INPUT MATERIAL Start Marker

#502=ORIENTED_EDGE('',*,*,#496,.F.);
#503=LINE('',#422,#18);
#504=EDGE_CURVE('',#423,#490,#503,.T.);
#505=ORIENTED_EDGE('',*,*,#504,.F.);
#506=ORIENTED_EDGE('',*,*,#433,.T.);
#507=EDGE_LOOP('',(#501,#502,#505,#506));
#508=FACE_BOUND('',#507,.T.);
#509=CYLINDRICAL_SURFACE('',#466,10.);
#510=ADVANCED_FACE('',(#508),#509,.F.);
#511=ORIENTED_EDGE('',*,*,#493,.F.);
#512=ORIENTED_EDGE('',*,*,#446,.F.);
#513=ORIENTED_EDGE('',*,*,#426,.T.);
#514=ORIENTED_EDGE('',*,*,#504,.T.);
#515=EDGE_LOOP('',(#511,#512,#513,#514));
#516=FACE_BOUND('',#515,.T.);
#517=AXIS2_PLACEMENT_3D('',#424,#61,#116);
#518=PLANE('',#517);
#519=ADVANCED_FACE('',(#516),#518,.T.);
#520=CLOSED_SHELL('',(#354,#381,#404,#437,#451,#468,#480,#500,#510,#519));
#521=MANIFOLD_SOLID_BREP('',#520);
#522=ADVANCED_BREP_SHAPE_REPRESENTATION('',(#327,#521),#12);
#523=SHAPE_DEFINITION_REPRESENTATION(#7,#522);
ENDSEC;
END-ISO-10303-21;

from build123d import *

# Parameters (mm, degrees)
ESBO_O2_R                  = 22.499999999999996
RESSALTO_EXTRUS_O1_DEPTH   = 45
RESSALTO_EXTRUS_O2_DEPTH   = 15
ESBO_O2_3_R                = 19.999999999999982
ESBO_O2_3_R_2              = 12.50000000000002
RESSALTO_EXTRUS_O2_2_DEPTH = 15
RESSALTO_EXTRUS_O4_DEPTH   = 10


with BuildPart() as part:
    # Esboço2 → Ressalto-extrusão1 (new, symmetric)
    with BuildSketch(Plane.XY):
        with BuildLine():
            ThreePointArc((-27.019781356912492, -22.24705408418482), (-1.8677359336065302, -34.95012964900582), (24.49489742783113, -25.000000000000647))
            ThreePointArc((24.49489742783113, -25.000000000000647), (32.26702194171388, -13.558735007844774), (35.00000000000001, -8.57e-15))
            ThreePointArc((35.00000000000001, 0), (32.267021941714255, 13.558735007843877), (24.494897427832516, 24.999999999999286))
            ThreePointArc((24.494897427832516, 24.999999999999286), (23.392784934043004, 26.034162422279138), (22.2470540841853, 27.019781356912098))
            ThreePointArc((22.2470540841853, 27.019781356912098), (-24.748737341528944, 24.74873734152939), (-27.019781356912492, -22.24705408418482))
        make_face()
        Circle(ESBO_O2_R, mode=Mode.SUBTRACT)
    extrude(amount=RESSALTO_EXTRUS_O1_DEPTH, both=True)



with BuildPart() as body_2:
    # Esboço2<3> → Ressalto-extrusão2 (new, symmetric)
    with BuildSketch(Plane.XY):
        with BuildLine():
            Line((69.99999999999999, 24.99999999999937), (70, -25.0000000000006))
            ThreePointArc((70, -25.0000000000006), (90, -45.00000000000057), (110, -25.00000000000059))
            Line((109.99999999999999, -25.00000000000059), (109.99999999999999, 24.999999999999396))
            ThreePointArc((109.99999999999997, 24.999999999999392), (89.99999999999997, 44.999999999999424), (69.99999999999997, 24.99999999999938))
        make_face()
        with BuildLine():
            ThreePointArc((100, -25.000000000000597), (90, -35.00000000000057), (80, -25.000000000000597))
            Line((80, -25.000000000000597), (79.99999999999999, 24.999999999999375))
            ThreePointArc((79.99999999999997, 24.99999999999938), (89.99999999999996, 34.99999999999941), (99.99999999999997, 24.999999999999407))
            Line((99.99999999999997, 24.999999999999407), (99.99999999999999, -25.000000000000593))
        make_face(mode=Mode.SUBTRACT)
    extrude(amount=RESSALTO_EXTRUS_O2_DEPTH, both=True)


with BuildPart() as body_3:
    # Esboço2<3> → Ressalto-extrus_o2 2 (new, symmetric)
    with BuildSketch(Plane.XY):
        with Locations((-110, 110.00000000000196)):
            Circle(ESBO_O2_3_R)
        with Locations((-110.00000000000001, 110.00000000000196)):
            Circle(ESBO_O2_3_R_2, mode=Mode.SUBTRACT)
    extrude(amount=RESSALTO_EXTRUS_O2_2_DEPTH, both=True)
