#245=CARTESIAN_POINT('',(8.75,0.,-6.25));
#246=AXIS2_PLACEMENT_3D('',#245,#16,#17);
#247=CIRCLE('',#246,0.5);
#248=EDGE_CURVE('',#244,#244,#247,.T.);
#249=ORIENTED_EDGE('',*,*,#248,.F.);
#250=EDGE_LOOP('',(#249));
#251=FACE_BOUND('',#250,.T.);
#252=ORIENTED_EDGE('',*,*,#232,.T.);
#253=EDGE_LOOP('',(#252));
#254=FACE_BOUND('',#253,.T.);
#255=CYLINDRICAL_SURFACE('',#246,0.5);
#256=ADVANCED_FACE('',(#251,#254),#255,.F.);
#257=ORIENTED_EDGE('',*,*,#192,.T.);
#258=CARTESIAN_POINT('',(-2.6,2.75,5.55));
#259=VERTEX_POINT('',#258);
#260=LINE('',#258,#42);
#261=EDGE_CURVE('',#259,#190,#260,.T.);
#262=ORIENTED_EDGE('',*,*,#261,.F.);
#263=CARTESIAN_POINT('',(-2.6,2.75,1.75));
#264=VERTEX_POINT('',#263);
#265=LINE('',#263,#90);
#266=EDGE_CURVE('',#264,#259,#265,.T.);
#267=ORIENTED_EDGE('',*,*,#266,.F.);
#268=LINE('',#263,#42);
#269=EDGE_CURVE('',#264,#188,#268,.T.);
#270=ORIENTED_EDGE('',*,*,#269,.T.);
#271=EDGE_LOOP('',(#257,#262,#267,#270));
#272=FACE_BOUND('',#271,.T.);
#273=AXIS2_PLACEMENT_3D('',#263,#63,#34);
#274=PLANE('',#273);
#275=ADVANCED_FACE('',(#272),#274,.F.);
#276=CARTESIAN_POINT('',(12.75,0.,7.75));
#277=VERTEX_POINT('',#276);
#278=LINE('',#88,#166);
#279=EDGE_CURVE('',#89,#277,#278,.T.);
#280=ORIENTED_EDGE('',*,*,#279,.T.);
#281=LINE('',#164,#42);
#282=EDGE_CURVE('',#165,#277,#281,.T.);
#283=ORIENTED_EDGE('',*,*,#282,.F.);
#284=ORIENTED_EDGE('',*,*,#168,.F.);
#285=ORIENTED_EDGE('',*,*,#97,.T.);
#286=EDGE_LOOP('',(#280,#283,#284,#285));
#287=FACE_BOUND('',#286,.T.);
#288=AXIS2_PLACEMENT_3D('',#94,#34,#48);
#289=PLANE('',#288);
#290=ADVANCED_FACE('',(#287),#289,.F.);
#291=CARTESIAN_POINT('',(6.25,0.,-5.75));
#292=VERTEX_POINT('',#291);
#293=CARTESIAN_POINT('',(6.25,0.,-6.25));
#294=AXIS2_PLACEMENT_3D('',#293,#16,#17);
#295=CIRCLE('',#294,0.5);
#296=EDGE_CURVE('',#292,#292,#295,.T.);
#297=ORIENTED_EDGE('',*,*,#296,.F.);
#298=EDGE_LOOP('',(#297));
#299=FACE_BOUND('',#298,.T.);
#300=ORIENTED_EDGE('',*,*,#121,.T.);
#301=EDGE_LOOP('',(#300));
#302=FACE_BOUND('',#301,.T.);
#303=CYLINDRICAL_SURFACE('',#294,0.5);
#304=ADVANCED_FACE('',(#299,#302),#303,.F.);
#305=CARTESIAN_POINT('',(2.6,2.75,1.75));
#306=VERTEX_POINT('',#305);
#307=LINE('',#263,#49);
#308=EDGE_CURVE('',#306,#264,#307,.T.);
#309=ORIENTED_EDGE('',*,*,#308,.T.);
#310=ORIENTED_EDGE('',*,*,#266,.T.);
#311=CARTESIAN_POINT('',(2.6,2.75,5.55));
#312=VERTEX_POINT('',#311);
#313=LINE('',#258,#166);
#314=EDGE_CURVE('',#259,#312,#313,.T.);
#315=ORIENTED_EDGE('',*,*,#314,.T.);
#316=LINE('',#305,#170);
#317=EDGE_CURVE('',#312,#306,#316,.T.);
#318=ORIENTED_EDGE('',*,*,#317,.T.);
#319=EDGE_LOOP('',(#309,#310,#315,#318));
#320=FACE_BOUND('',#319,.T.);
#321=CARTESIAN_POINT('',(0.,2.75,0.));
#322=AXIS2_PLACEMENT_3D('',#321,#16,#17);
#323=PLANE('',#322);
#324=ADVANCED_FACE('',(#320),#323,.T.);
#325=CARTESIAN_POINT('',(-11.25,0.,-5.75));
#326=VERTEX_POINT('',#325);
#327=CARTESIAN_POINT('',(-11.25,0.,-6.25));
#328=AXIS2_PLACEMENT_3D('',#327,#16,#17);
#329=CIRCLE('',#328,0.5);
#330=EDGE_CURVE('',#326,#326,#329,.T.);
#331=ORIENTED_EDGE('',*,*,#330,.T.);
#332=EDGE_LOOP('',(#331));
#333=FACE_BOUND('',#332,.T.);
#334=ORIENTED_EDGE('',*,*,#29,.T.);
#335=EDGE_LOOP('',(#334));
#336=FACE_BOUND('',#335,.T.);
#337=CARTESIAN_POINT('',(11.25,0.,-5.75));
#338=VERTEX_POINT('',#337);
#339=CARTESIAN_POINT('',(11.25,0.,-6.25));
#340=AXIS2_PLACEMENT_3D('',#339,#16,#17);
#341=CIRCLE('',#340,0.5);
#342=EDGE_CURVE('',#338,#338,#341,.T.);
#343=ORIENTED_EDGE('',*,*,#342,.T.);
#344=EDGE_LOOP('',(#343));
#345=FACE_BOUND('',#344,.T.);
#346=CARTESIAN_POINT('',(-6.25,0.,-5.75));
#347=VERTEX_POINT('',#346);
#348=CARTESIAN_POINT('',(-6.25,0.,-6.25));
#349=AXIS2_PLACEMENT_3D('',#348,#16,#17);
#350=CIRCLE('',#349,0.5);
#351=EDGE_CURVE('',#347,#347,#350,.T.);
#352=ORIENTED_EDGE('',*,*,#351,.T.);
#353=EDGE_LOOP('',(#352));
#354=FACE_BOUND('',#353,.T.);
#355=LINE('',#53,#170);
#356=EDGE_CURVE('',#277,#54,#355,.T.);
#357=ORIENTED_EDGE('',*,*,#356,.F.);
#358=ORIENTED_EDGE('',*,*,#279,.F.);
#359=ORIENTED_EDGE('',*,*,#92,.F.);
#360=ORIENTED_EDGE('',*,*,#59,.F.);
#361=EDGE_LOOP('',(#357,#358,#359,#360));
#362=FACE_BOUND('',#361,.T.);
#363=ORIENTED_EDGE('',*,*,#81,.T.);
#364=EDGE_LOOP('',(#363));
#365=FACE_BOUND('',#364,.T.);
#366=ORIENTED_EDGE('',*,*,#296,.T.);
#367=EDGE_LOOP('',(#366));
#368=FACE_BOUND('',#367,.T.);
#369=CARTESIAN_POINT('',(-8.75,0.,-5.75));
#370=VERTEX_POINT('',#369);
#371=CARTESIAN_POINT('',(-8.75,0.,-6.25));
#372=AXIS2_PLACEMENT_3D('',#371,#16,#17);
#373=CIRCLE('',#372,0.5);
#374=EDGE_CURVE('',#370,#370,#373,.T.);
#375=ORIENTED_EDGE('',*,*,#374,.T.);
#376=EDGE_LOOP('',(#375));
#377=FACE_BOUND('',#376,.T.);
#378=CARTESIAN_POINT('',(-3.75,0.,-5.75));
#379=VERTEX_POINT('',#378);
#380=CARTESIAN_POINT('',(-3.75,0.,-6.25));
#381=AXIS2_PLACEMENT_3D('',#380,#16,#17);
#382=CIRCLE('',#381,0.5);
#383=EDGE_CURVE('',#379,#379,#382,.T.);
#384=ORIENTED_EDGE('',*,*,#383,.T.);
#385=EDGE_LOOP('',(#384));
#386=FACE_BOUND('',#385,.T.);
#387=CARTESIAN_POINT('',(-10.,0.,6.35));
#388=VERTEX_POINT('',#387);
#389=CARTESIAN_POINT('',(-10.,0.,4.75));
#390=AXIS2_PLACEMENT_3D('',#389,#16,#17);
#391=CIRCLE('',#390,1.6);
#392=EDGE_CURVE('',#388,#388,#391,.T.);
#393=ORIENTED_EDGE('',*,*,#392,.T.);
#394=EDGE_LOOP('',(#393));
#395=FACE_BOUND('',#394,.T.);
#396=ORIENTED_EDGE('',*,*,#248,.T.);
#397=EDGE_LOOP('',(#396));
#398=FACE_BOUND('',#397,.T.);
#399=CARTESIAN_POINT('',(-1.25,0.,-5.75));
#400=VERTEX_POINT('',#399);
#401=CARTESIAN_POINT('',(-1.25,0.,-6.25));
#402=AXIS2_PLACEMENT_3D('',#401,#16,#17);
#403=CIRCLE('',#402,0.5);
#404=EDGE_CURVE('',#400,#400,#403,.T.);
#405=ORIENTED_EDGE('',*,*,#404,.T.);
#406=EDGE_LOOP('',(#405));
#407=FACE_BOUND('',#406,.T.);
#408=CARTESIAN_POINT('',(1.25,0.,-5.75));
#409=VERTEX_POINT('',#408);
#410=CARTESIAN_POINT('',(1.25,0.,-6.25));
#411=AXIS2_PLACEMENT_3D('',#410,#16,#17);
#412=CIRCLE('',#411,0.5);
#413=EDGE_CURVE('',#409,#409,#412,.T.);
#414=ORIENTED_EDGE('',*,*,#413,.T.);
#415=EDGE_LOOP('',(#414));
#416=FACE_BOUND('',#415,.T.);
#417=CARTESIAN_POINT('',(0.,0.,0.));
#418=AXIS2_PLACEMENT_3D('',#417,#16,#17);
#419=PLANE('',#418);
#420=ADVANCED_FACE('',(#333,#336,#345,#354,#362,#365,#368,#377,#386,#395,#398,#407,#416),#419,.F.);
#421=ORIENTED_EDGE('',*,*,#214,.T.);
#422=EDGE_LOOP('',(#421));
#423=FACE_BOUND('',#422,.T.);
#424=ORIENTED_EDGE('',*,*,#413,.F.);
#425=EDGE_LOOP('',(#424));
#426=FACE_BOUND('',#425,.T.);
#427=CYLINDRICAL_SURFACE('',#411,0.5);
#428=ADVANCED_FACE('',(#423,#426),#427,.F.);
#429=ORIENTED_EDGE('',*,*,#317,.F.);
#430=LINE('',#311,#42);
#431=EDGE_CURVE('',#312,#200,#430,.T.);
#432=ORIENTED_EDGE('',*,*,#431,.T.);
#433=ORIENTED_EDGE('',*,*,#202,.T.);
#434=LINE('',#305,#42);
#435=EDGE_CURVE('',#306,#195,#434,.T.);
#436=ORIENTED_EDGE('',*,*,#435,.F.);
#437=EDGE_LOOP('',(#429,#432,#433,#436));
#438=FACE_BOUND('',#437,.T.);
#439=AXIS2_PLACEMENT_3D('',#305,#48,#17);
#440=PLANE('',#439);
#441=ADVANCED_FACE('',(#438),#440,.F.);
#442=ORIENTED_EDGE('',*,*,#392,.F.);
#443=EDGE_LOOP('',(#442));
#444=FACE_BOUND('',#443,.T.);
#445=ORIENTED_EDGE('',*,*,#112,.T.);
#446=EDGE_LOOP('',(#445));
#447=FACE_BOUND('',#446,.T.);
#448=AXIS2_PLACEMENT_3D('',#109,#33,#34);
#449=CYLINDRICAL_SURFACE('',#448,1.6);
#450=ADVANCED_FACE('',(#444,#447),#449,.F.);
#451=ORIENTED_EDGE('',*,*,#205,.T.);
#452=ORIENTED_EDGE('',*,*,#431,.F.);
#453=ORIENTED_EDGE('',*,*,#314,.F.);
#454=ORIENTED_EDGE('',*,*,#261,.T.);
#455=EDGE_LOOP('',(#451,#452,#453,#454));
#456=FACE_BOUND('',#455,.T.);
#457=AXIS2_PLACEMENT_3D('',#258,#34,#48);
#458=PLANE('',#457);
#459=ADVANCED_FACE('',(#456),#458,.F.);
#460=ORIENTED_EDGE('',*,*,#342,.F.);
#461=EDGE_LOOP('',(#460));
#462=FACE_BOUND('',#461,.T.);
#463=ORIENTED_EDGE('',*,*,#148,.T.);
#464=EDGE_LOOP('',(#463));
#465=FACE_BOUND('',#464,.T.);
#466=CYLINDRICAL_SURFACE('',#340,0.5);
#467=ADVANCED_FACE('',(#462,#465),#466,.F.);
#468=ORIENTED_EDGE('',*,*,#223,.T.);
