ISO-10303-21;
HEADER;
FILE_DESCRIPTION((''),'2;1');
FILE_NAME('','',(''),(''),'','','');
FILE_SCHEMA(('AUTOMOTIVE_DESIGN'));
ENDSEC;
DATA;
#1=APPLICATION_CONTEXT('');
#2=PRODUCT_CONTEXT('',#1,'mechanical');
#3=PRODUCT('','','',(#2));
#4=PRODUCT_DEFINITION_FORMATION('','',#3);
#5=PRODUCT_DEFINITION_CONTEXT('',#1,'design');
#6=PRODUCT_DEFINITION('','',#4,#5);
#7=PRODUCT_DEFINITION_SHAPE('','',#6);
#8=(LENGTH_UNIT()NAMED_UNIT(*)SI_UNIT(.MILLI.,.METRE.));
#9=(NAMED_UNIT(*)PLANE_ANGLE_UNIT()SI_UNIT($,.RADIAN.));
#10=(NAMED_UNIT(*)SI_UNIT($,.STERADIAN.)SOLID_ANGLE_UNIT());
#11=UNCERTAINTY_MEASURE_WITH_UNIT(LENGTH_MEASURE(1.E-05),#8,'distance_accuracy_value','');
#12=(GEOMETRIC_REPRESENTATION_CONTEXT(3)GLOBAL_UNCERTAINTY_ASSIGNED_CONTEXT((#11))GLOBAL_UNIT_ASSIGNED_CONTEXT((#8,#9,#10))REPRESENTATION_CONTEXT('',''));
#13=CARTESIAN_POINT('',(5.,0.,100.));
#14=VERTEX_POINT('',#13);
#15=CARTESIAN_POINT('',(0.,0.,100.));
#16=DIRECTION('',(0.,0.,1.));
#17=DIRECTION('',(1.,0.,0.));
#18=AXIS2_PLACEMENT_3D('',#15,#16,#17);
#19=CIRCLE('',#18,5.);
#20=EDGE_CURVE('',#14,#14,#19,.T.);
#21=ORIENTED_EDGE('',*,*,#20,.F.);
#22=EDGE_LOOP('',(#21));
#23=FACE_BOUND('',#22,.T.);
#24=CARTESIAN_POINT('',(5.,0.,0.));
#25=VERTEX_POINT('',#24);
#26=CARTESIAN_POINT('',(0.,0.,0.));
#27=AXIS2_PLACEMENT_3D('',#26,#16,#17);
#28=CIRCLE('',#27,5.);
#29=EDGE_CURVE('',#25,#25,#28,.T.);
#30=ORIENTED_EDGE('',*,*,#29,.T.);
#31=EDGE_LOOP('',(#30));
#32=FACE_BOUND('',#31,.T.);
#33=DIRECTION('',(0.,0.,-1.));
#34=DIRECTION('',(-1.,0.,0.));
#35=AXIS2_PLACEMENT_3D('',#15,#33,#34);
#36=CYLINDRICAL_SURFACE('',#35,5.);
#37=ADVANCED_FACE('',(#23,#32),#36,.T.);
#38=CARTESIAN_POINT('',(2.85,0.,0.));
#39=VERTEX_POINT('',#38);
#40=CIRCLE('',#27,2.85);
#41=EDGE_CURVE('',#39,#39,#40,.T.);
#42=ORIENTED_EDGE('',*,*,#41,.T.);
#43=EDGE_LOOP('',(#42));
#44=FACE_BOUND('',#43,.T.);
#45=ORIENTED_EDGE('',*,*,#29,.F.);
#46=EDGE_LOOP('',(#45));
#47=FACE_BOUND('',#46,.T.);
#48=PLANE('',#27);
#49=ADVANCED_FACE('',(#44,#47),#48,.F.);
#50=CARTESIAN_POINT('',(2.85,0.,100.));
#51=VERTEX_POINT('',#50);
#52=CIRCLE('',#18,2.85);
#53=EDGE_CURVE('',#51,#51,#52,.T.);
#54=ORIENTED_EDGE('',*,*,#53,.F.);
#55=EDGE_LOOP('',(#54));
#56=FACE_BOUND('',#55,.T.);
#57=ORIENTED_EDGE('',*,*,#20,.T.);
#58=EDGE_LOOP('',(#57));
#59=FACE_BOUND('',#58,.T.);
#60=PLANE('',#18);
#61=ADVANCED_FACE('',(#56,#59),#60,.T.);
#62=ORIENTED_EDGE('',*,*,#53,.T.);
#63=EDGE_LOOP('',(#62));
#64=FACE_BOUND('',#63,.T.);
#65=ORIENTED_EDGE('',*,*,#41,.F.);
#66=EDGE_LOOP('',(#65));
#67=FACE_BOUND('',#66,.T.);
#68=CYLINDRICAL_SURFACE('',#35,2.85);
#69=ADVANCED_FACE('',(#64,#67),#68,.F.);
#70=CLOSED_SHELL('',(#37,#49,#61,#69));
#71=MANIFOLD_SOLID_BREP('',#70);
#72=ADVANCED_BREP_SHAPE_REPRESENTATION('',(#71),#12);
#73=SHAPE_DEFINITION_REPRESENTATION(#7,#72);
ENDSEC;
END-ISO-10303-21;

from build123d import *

# Parameters (mm, degrees)
ESBO_O1_R                = 5
ESBO_O1_R_2              = 2.85
RESSALTO_EXTRUS_O1_DEPTH = 100


with BuildPart() as part:
    # Esboço1 → Ressalto-extrusão1 (new body)
    with BuildSketch(Plane.XY):
        Circle(ESBO_O1_R)
        Circle(ESBO_O1_R_2, mode=Mode.SUBTRACT)
    extrude(amount=RESSALTO_EXTRUS_O1_DEPTH)


solid = part.part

INPUT MATERIAL End Marker

WHAT IS BEING ASKED:
Working from the material above, retype exactly the lines from the one with "#322=AXIS2_PLACEMENT_3D('',#321,#16,#17);" through the one with "#337=CARTESIAN_POINT('',(11.25,0.,-5.75));", both included, and only those lines.

EXPECTED ANSWER:
#322=AXIS2_PLACEMENT_3D('',#321,#16,#17);
#323=PLANE('',#322);
#324=ADVANCED_FACE('',(#320),#323,.T.);
#325=CARTESIAN_POINT('',(-11.25,0.,-5.75));
#326=VERTEX_POINT('',#325);
#327=CARTESIAN_POINT('',(-11.25,0.,-6.25));
#328=AXIS2_PLACEMENT_3D('',#327,#16,#17);
#329=CIRCLE('',#328,0.5);
#330=EDGE_CURVE('',#326,#326,#329,.T.);
#331=ORIENTED_EDGE('',*,*,#330,.T.);
#332=EDGE_LOOP('',(#331));
#333=FACE_BOUND('',#332,.T.);
#334=ORIENTED_EDGE('',*,*,#29,.T.);
#335=EDGE_LOOP('',(#334));
#336=FACE_BOUND('',#335,.T.);
#337=CARTESIAN_POINT('',(11.25,0.,-5.75));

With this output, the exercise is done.